McQueen colgó y Hutter se quitó el auricular.
Cundy, el jefe de su equipo técnico, estaba mirando Google Maps en su portátil. En la pantalla salía Sugarcreek, Pensilvania, la calle Bloch Lane. Cundy miró a Hutter:
—Tendremos coches allí en tres minutos, quizá menos. Acabo de hablar con la policía local y ya van de camino con las sirenas a todo volumen.
Hutter abrió la boca con la intención de decir. Pues diles que quiten las putas sirenas. Uno no avisaba a un fugitivo federal de la llegada de la policía. Era de cajón.
Pero entonces Carmody se dobló hacia delante hasta apoyar la cara en la mesa, con la nariz aplastada contra la madera. Gruñó con suavidad y se agarró a la mesa como si estuviera en el mar a la deriva, aferrado a un trozo de madera flotante.
Así que lo que dijo Hutter fue:
—Llamad ahora mismo a una ambulancia.
—¿Quieres que mandemos una ambulancia a Bloch Lane? —preguntó Cundy.
—No, quiero que venga una ambulancia aquí —gritó Hutter alejándose de él y rodeando la mesa—. Señores, por favor, apártense un poco del señor Carmody. Déjenle respirar. Atrás, por favor.

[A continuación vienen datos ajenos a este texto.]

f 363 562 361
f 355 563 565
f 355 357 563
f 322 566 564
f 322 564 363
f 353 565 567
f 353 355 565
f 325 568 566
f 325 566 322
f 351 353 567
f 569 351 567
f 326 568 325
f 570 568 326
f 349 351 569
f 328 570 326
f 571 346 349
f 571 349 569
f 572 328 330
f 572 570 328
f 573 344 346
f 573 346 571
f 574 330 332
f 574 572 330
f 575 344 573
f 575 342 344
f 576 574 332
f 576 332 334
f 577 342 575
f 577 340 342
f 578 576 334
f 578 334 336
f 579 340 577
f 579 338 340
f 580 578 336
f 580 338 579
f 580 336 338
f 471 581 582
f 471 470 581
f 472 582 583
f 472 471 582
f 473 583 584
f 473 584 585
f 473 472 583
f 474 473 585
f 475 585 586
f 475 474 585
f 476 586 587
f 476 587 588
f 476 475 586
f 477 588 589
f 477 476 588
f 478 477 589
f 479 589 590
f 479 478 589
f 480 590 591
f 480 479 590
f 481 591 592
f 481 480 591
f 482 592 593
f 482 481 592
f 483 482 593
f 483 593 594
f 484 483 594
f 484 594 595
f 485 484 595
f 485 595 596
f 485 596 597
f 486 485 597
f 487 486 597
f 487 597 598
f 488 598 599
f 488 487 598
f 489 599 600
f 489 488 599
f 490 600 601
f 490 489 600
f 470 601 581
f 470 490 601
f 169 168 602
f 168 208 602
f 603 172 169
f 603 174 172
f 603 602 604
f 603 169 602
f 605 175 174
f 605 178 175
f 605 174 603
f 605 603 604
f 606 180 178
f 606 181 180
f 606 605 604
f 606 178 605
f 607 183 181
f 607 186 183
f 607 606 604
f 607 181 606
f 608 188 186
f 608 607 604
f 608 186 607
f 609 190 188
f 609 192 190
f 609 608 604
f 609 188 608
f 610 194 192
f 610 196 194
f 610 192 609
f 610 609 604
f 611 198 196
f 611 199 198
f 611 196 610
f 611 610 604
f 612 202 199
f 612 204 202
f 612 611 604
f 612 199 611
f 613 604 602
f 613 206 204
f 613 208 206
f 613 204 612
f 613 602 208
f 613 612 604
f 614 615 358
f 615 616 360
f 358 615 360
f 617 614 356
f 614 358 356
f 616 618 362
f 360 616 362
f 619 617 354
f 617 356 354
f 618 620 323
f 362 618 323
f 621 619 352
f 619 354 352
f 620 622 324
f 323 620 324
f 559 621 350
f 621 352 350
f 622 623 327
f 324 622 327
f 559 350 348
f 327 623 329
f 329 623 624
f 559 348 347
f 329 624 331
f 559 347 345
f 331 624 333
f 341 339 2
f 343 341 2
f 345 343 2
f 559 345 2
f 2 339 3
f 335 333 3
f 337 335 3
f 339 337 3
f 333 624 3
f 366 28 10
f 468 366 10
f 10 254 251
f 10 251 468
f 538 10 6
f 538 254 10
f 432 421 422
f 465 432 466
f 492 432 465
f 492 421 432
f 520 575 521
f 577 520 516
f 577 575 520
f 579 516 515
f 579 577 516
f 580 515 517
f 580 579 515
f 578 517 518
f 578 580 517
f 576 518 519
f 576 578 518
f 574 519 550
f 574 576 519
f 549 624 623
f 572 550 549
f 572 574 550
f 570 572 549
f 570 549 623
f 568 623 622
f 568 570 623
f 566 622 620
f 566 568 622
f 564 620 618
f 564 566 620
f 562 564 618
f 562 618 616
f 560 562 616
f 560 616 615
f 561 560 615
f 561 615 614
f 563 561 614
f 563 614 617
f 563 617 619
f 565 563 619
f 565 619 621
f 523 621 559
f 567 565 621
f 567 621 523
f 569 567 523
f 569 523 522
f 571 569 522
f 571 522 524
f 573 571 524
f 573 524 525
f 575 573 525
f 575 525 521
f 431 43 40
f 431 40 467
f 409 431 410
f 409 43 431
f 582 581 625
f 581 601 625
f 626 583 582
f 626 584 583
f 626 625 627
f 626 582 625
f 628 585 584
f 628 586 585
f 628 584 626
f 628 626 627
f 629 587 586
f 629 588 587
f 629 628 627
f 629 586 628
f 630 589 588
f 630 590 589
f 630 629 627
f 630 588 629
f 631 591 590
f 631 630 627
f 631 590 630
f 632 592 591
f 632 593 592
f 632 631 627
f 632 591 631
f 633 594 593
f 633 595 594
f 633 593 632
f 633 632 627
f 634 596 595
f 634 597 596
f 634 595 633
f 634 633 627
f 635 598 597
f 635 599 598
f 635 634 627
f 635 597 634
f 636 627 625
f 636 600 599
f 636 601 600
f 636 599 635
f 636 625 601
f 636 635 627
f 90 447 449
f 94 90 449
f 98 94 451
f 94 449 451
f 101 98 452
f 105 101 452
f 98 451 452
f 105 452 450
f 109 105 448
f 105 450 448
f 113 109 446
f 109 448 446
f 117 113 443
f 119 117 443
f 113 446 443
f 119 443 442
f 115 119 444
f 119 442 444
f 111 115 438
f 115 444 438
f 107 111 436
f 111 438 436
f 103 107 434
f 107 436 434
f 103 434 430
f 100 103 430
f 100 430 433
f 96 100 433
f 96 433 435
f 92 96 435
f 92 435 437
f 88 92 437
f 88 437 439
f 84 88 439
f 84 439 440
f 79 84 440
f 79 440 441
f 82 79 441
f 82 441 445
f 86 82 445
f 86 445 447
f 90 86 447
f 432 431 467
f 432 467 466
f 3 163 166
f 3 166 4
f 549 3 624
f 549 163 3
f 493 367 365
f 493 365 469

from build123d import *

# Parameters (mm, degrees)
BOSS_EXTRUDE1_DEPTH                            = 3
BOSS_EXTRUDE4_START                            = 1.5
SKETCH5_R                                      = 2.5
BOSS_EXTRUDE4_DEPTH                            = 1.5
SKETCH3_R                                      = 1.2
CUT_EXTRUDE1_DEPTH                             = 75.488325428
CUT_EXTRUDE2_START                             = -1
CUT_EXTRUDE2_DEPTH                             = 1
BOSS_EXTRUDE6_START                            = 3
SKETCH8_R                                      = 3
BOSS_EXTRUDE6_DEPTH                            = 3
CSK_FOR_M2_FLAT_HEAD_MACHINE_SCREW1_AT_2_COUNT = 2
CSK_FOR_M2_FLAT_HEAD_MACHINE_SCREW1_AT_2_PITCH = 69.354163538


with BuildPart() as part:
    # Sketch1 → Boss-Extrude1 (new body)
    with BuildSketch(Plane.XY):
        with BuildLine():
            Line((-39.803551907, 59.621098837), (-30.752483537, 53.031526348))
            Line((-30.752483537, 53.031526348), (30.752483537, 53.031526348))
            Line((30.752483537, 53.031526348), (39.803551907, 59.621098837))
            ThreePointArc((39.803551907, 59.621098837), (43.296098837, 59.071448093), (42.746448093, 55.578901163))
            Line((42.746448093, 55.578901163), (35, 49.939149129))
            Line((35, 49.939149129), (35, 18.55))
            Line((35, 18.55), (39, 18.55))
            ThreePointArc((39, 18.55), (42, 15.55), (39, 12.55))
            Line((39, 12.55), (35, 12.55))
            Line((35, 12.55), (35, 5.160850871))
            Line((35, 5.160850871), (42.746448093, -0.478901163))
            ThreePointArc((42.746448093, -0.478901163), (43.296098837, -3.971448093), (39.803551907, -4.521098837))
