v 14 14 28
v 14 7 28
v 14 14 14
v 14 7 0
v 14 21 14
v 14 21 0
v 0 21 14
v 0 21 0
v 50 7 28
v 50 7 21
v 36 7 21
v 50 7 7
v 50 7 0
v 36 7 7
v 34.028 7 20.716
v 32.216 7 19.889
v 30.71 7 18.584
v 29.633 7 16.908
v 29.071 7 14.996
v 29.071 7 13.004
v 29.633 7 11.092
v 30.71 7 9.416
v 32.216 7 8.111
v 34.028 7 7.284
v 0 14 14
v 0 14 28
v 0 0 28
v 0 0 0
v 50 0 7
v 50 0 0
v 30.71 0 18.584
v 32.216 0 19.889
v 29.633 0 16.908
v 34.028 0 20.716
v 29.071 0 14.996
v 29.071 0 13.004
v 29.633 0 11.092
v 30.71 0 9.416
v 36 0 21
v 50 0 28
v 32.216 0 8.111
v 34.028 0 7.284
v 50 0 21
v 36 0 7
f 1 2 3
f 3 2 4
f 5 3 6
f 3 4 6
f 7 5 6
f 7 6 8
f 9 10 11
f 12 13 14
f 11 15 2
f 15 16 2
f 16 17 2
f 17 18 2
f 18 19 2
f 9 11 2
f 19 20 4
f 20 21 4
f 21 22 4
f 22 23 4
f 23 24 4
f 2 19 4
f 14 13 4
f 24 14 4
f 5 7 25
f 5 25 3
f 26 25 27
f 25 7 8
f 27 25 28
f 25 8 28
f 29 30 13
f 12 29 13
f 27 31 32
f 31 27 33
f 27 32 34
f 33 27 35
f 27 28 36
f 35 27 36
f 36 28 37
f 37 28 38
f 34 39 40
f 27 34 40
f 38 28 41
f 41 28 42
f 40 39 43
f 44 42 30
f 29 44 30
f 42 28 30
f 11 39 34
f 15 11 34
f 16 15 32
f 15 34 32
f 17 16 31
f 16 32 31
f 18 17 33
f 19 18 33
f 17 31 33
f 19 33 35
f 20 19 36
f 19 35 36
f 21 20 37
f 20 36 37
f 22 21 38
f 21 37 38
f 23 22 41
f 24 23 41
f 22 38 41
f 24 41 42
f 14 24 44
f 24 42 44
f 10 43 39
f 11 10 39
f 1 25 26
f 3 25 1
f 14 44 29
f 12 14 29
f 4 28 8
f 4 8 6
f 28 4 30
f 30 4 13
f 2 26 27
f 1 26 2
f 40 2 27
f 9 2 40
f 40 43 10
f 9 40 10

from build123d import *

# Parameters (mm, degrees)
EXTRUDE_1_DEPTH     = 28
SKETCH_2_W          = 14
SKETCH_2_H          = 14
CUT_EXTRUDE_1_DEPTH = 7
CUT_EXTRUDE_2_REACH = 23


with BuildPart() as part:
    # 스케치1 → 보스-돌출1 (new body)
    with BuildSketch(Plane.XY):
        Polygon((14, 7), (14, 21), (0, 21), (0, 0), (50, 0), (50, 7), align=None)
    extrude(amount=EXTRUDE_1_DEPTH)

    # 스케치2 → 컷-돌출1 (cut)
    with BuildSketch(Plane(origin=(0, 21, 0), x_dir=(1, 0, 0), z_dir=(0, 1, 0))):
        with Locations((7, -21)):
            Rectangle(SKETCH_2_W, SKETCH_2_H)
    extrude(amount=-CUT_EXTRUDE_1_DEPTH, mode=Mode.SUBTRACT)

    # 스케치3 → 컷-돌출2 (cut, up to next)
    with BuildSketch(Plane(origin=(0, 0, 0), x_dir=(1, 0, 0), z_dir=(0, 1, 0)), mode=Mode.PRIVATE) as cut_extrude_2_sk1:
        with BuildLine():
            Line((36, -7), (50, -7))
            Line((50, -7), (50, -21))
            Line((50, -21), (36, -21))
            ThreePointArc((36, -21), (29, -14), (36, -7))
        make_face()
    cut_extrude_2_tool1 = extrude(cut_extrude_2_sk1.sketch, amount=CUT_EXTRUDE_2_REACH, mode=Mode.PRIVATE) & part.part
    add(cut_extrude_2_tool1.solids().sort_by_distance((40.188509, 0, 14))[0], mode=Mode.SUBTRACT)


solid = part.part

Atrás.
Daltry era el que le tenía más cerca, estaba de pie justo detrás de su silla con una taza que decía PARA EL MEJOR ABUELO DEL MUNDO. Se hizo a un lado bruscamente y se manchó la camisa rosa de café.
—¿Qué coño le pasa? —preguntó.
Hutter se arrodilló al lado de Lou, que estaba casi debajo de la mesa. Le puso una mano en uno de sus hombros grandes y encorvados y empujó. Era como intentar darle la vuelta a un colchón. Lou se dejó caer contra el respaldo de la silla con la mano derecha agarrada a la camiseta de Iron Man, sus dedos retorciendo la tela entre sus tetas de hombre. Le colgaban las mejillas y tenía los labios color gris. Dejó escapar un suspiro largo y entrecortado. Miró de un lado a otro como si tratara de orientarse.
—Aguante un poco, Lou —dijo Hutter—. Enseguida vendrán a ayudarle.
Chasqueó los dedos y Lou consiguió verla. Parpadeó y sonrió confuso.
—Me gustan sus pendientes. De Supergirl. Nunca la habría imaginado como Supergirl.
—¿Ah, no? ¿Y cómo me imagina entonces? —dijo Hutter para que Lou siguiera hablando. Le puso los dedos en la muñeca. Al principio no notó nada, pero entonces el pulso latió, un único latido y una nueva pausa, después una sucesión de latidos rápidos.
—Velma —dijo—. ¿La recuerda? La de Scooby-Doo.
—¿Por qué? ¿Por lo de rellenita? —preguntó Hutter.
—No —dijo Lou—. Por lo de lista. Tengo miedo. ¿Le importa darme la mano?
Hutter tomó una mano de Lou entre las suyas y este le acarició despacio los nudillos.
—Ya sé que no se cree nada de lo que le ha contado Vic de Manx —le dijo de repente en un susurro intenso—. Sé que piensa que está loca. No debe permitir que los hechos se interpongan en el camino a la verdad.
—¡Cielos! —dijo Hutter—. ¿Y cuál es la diferencia?
Lou la sorprendió riendo, un jadeo breve e involuntario. Hutter tuvo que acompañarle en la ambulancia al hospital porque Lou no quiso soltarle la mano.